** GIVEN DATA follows **

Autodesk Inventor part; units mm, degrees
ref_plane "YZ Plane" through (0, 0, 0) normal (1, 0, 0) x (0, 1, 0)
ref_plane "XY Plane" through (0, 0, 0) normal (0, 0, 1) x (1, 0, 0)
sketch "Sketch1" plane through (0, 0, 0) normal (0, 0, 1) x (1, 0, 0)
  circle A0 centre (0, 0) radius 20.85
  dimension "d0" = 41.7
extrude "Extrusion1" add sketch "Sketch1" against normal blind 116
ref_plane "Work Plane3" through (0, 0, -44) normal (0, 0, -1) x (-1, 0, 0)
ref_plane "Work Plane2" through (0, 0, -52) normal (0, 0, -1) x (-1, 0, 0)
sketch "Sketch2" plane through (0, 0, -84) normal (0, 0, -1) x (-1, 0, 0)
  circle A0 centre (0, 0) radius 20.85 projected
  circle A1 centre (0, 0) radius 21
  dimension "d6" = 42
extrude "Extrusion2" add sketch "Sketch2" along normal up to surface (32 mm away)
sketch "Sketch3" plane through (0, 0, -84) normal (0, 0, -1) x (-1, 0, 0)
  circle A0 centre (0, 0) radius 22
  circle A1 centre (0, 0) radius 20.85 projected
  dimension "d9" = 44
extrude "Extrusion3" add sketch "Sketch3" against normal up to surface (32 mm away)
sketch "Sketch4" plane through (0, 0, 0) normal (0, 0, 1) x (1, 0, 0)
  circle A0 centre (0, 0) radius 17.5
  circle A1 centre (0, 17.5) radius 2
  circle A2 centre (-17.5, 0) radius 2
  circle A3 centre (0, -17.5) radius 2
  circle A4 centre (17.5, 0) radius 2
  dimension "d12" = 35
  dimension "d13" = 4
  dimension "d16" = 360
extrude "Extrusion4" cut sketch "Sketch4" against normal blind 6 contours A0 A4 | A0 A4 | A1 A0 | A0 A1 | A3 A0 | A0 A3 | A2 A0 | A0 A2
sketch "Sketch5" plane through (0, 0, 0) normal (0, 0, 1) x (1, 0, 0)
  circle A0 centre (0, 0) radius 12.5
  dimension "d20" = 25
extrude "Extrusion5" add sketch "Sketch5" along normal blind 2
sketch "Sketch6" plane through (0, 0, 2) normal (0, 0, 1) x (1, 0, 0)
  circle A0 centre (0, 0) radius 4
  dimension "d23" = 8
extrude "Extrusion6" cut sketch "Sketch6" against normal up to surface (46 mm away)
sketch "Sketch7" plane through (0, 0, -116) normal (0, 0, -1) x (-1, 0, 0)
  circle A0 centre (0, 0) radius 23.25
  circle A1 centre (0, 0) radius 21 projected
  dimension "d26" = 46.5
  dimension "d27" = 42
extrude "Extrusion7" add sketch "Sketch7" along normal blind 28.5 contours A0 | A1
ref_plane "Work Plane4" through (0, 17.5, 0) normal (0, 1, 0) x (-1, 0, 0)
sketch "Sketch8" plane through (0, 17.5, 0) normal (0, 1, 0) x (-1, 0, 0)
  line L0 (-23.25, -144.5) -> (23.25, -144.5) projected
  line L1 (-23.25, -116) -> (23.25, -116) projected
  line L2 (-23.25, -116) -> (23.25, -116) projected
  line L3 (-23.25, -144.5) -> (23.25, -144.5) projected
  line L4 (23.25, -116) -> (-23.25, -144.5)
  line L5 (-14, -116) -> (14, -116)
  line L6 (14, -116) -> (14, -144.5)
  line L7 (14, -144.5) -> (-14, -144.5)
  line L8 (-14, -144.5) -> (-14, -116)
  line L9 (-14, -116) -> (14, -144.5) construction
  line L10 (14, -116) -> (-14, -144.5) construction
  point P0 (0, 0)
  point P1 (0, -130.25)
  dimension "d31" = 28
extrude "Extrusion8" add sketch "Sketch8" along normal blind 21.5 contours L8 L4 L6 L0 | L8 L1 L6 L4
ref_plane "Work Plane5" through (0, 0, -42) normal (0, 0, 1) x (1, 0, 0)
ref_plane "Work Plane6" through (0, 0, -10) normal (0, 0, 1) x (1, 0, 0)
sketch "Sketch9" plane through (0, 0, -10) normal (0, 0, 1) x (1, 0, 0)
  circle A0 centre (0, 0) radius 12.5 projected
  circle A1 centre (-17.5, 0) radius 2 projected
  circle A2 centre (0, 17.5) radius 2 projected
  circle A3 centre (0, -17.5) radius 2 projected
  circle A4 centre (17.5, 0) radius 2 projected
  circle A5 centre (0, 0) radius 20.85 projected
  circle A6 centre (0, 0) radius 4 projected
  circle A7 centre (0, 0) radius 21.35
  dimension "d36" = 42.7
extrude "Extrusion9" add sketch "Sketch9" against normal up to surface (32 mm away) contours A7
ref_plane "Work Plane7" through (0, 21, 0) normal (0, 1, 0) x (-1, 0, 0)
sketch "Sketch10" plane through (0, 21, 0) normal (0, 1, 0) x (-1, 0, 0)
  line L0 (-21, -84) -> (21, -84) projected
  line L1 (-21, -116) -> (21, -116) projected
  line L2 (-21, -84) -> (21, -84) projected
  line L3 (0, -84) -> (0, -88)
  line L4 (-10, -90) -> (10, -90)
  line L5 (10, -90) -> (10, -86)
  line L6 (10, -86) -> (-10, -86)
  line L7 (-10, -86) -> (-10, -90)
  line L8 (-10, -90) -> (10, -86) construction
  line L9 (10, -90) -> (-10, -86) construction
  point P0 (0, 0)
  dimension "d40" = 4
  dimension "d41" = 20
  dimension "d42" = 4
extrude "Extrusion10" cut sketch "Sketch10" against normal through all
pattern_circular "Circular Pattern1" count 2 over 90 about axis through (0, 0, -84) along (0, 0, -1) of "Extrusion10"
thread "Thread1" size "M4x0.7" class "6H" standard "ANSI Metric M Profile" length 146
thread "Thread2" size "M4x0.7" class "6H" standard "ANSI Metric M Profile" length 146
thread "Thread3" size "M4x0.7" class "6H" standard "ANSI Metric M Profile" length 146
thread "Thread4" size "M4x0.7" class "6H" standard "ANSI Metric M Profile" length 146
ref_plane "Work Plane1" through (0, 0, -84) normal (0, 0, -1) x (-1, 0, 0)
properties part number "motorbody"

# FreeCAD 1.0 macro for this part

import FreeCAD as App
import Part
import Sketcher

V = App.Vector


def add_polygon(sketch, points):
    """Adds a closed chain of lines whose ends are joined by coincident constraints."""
    first, n = sketch.GeometryCount, len(points)
    for a, b in zip(points, points[1:] + points[:1]):
        sketch.addGeometry(Part.LineSegment(App.Vector(*a, 0), App.Vector(*b, 0)), False)
    for i in range(n):
        sketch.addConstraint(Sketcher.Constraint("Coincident", first + i, 2, first + (i + 1) % n, 1))

doc = App.newDocument("Part")
body = doc.addObject("PartDesign::Body", "Body")

# Sketch on XY plane
sketch1 = body.newObject("Sketcher::SketchObject", "Sketch")
sketch1.AttachmentSupport = (doc.getObject("XY_Plane"), [""])
sketch1.MapMode = "FlatFace"
sketch1.addGeometry(Part.Circle(V(0, 0, 0), V(0, 0, 1), 21), False)
sketch1.addConstraint(Sketcher.Constraint("Coincident", 0, 3, -1, 1))
sketch1.addConstraint(Sketcher.Constraint("Diameter", 0, 41.7))
pad1 = body.newObject("PartDesign::Pad", "Pad")
pad1.Profile = sketch1
pad1.Length = 116
pad1.Reversed = True

# Sketch on XY plane
sketch2 = body.newObject("Sketcher::SketchObject", "Sketch001")
sketch2.AttachmentSupport = (doc.getObject("XY_Plane"), [""])
sketch2.MapMode = "FlatFace"
sketch2.AttachmentOffset = App.Placement(V(0, 0, -84), App.Rotation())
sketch2.addGeometry(Part.Circle(V(0, 0, 0), V(0, 0, 1), 21), False)
sketch2.addGeometry(Part.Circle(V(0, 0, 0), V(0, 0, 1), 21), False)
sketch2.addConstraint(Sketcher.Constraint("Coincident", 0, 3, -1, 1))
sketch2.addConstraint(Sketcher.Constraint("Coincident", 1, 3, -1, 1))
sketch2.addConstraint(Sketcher.Constraint("Diameter", 0, 42.0))
sketch2.addConstraint(Sketcher.Constraint("Diameter", 1, 41.7))
pad2 = body.newObject("PartDesign::Pad", "Pad001")
pad2.Profile = sketch2
pad2.Length = 32
pad2.Reversed = True

# Sketch on XY plane
sketch3 = body.newObject("Sketcher::SketchObject", "Sketch002")
sketch3.AttachmentSupport = (doc.getObject("XY_Plane"), [""])
sketch3.MapMode = "FlatFace"
sketch3.AttachmentOffset = App.Placement(V(0, 0, -84), App.Rotation())
sketch3.addGeometry(Part.Circle(V(0, 0, 0), V(0, 0, 1), 22), False)
sketch3.addGeometry(Part.Circle(V(0, 0, 0), V(0, 0, 1), 21), False)
sketch3.addConstraint(Sketcher.Constraint("Coincident", 0, 3, -1, 1))
sketch3.addConstraint(Sketcher.Constraint("Coincident", 1, 3, -1, 1))
sketch3.addConstraint(Sketcher.Constraint("Diameter", 0, 44.0))
sketch3.addConstraint(Sketcher.Constraint("Diameter", 1, 41.7))
pad3 = body.newObject("PartDesign::Pad", "Pad002")
pad3.Profile = sketch3
pad3.Length = 32

# Sketch on XY plane
sketch4 = body.newObject("Sketcher::SketchObject", "Sketch003")
sketch4.AttachmentSupport = (doc.getObject("XY_Plane"), [""])
sketch4.MapMode = "FlatFace"
sketch4.addGeometry(Part.Circle(V(17.5, 0, 0), V(0, 0, 1), 2), False)
sketch4.addGeometry(Part.Circle(V(0, 17.5, 0), V(0, 0, 1), 2), False)
sketch4.addGeometry(Part.Circle(V(0, -17.5, 0), V(0, 0, 1), 2), False)
sketch4.addGeometry(Part.Circle(V(-17.5, 0, 0), V(0, 0, 1), 2), False)
sketch4.addConstraint(Sketcher.Constraint("Equal", 0, 1))
sketch4.addConstraint(Sketcher.Constraint("Equal", 1, 2))
sketch4.addConstraint(Sketcher.Constraint("Equal", 2, 3))
sketch4.addConstraint(Sketcher.Constraint("Symmetric", 1, 3, 2, 3, -1, 1))
sketch4.addConstraint(Sketcher.Constraint("Symmetric", 0, 3, 3, 3, -1, 1))
sketch4.addConstraint(Sketcher.Constraint("PointOnObject", 0, 3, -1))
sketch4.addConstraint(Sketcher.Constraint("PointOnObject", 1, 3, -2))
sketch4.addConstraint(Sketcher.Constraint("Diameter", 0, 4.0))
sketch4.addConstraint(Sketcher.Constraint("DistanceY", 2, 3, 1, 3, 35.0))
sketch4.addConstraint(Sketcher.Constraint("DistanceX", 3, 3, 0, 3, 35.0))
pocket1 = body.newObject("PartDesign::Pocket", "Pocket")
pocket1.Profile = sketch4
pocket1.Length = 6

# Sketch on XY plane
sketch5 = body.newObject("Sketcher::SketchObject", "Sketch004")
sketch5.AttachmentSupport = (doc.getObject("XY_Plane"), [""])
sketch5.MapMode = "FlatFace"
sketch5.addGeometry(Part.Circle(V(0, 0, 0), V(0, 0, 1), 12), False)
sketch5.addConstraint(Sketcher.Constraint("Coincident", 0, 3, -1, 1))
sketch5.addConstraint(Sketcher.Constraint("Diameter", 0, 25.0))
pad4 = body.newObject("PartDesign::Pad", "Pad003")
pad4.Profile = sketch5
pad4.Length = 2

# Sketch on XY plane
sketch6 = body.newObject("Sketcher::SketchObject", "Sketch005")
sketch6.AttachmentSupport = (doc.getObject("XY_Plane"), [""])
sketch6.MapMode = "FlatFace"
sketch6.AttachmentOffset = App.Placement(V(0, 0, 2), App.Rotation())
sketch6.addGeometry(Part.Circle(V(0, 0, 0), V(0, 0, 1), 4), False)
sketch6.addConstraint(Sketcher.Constraint("Coincident", 0, 3, -1, 1))
sketch6.addConstraint(Sketcher.Constraint("Diameter", 0, 8.0))
pocket2 = body.newObject("PartDesign::Pocket", "Pocket001")
pocket2.Profile = sketch6
pocket2.Length = 46

# Sketch on XY plane
sketch7 = body.newObject("Sketcher::SketchObject", "Sketch006")
sketch7.AttachmentSupport = (doc.getObject("XY_Plane"), [""])
sketch7.MapMode = "FlatFace"
sketch7.AttachmentOffset = App.Placement(V(0, 0, -116), App.Rotation())
sketch7.addGeometry(Part.Circle(V(0, 0, 0), V(0, 0, 1), 23), False)
sketch7.addConstraint(Sketcher.Constraint("Coincident", 0, 3, -1, 1))
sketch7.addConstraint(Sketcher.Constraint("Diameter", 0, 46.5))
pad5 = body.newObject("PartDesign::Pad", "Pad004")
pad5.Profile = sketch7
pad5.Length = 28.5
pad5.Reversed = True

# Sketch on XZ plane
sketch8 = body.newObject("Sketcher::SketchObject", "Sketch007")
sketch8.AttachmentSupport = (doc.getObject("XZ_Plane"), [""])
sketch8.MapMode = "FlatFace"
sketch8.AttachmentOffset = App.Placement(V(0, 0, -17.5), App.Rotation())
add_polygon(sketch8, [(14, -144), (-14, -144), (-14, -116), (14, -116)])  # lines 0-3
sketch8.addConstraint(Sketcher.Constraint("Horizontal", 0))
sketch8.addConstraint(Sketcher.Constraint("Vertical", 1))
sketch8.addConstraint(Sketcher.Constraint("Horizontal", 2))
sketch8.addConstraint(Sketcher.Constraint("Vertical", 3))
sketch8.addConstraint(Sketcher.Constraint("DistanceX", 0, 2, 0, 1, 28.0))
sketch8.addConstraint(Sketcher.Constraint("DistanceY", 1, 1, 1, 2, 28.5))
sketch8.addConstraint(Sketcher.Constraint("DistanceX", 0, 2, -1, 1, 14.0))
sketch8.addConstraint(Sketcher.Constraint("DistanceY", 1, 2, -1, 1, 116.0))
pad6 = body.newObject("PartDesign::Pad", "Pad005")
pad6.Profile = sketch8
pad6.Length = 21.5
pad6.Reversed = True

# Sketch on XY plane
sketch9 = body.newObject("Sketcher::SketchObject", "Sketch008")
sketch9.AttachmentSupport = (doc.getObject("XY_Plane"), [""])
sketch9.MapMode = "FlatFace"
sketch9.AttachmentOffset = App.Placement(V(0, 0, -10), App.Rotation())
sketch9.addGeometry(Part.Circle(V(0, 0, 0), V(0, 0, 1), 21), False)
sketch9.addGeometry(Part.Circle(V(0, 0, 0), V(0, 0, 1), 21), False)
sketch9.addConstraint(Sketcher.Constraint("Coincident", 0, 3, -1, 1))
sketch9.addConstraint(Sketcher.Constraint("Coincident", 1, 3, -1, 1))
sketch9.addConstraint(Sketcher.Constraint("Diameter", 0, 42.7))
sketch9.addConstraint(Sketcher.Constraint("Diameter", 1, 41.7))
pad7 = body.newObject("PartDesign::Pad", "Pad006")
pad7.Profile = sketch9
pad7.Length = 32
pad7.Reversed = True

# Sketch on XZ plane
sketch10 = body.newObject("Sketcher::SketchObject", "Sketch009")
sketch10.AttachmentSupport = (doc.getObject("XZ_Plane"), [""])
sketch10.MapMode = "FlatFace"
sketch10.AttachmentOffset = App.Placement(V(0, 0, -21), App.Rotation())
add_polygon(sketch10, [(10, -86), (10, -90), (-10, -90), (-10, -86)])  # lines 0-3
sketch10.addConstraint(Sketcher.Constraint("Vertical", 0))
sketch10.addConstraint(Sketcher.Constraint("Horizontal", 1))
sketch10.addConstraint(Sketcher.Constraint("Vertical", 2))
sketch10.addConstraint(Sketcher.Constraint("Horizontal", 3))
sketch10.addConstraint(Sketcher.Constraint("DistanceX", 1, 2, 1, 1, 20.0))
sketch10.addConstraint(Sketcher.Constraint("DistanceY", 0, 2, 0, 1, 4.0))
sketch10.addConstraint(Sketcher.Constraint("DistanceX", -1, 1, 0, 2, 10.0))
sketch10.addConstraint(Sketcher.Constraint("DistanceY", 0, 2, -1, 1, 90.0))
pocket3 = body.newObject("PartDesign::Pocket", "Pocket002")
pocket3.Profile = sketch10
pocket3.Type = "ThroughAll"
pocket3.Reversed = True
doc.recompute()

polarpattern = body.newObject("PartDesign::PolarPattern", "PolarPattern")
polarpattern.Originals = [pocket3]
polarpattern.Axis = (doc.getObject("Z_Axis"), [""])
polarpattern.Angle = 90
polarpattern.Occurrences = 2
polarpattern.Reversed = True
body.Tip = polarpattern

doc.recompute()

** End of GIVEN DATA **

PROBLEM REQUIREMENTS
Return every line in the records that includes the string "extrude".

YOUR RESPONSE
extrude "Extrusion1" add sketch "Sketch1" against normal blind 116
extrude "Extrusion2" add sketch "Sketch2" along normal up to surface (32 mm away)
extrude "Extrusion3" add sketch "Sketch3" against normal up to surface (32 mm away)
extrude "Extrusion4" cut sketch "Sketch4" against normal blind 6 contours A0 A4 | A0 A4 | A1 A0 | A0 A1 | A3 A0 | A0 A3 | A2 A0 | A0 A2
extrude "Extrusion5" add sketch "Sketch5" along normal blind 2
extrude "Extrusion6" cut sketch "Sketch6" against normal up to surface (46 mm away)
extrude "Extrusion7" add sketch "Sketch7" along normal blind 28.5 contours A0 | A1
extrude "Extrusion8" add sketch "Sketch8" along normal blind 21.5 contours L8 L4 L6 L0 | L8 L1 L6 L4
extrude "Extrusion9" add sketch "Sketch9" against normal up to surface (32 mm away) contours A7
extrude "Extrusion10" cut sketch "Sketch10" against normal through all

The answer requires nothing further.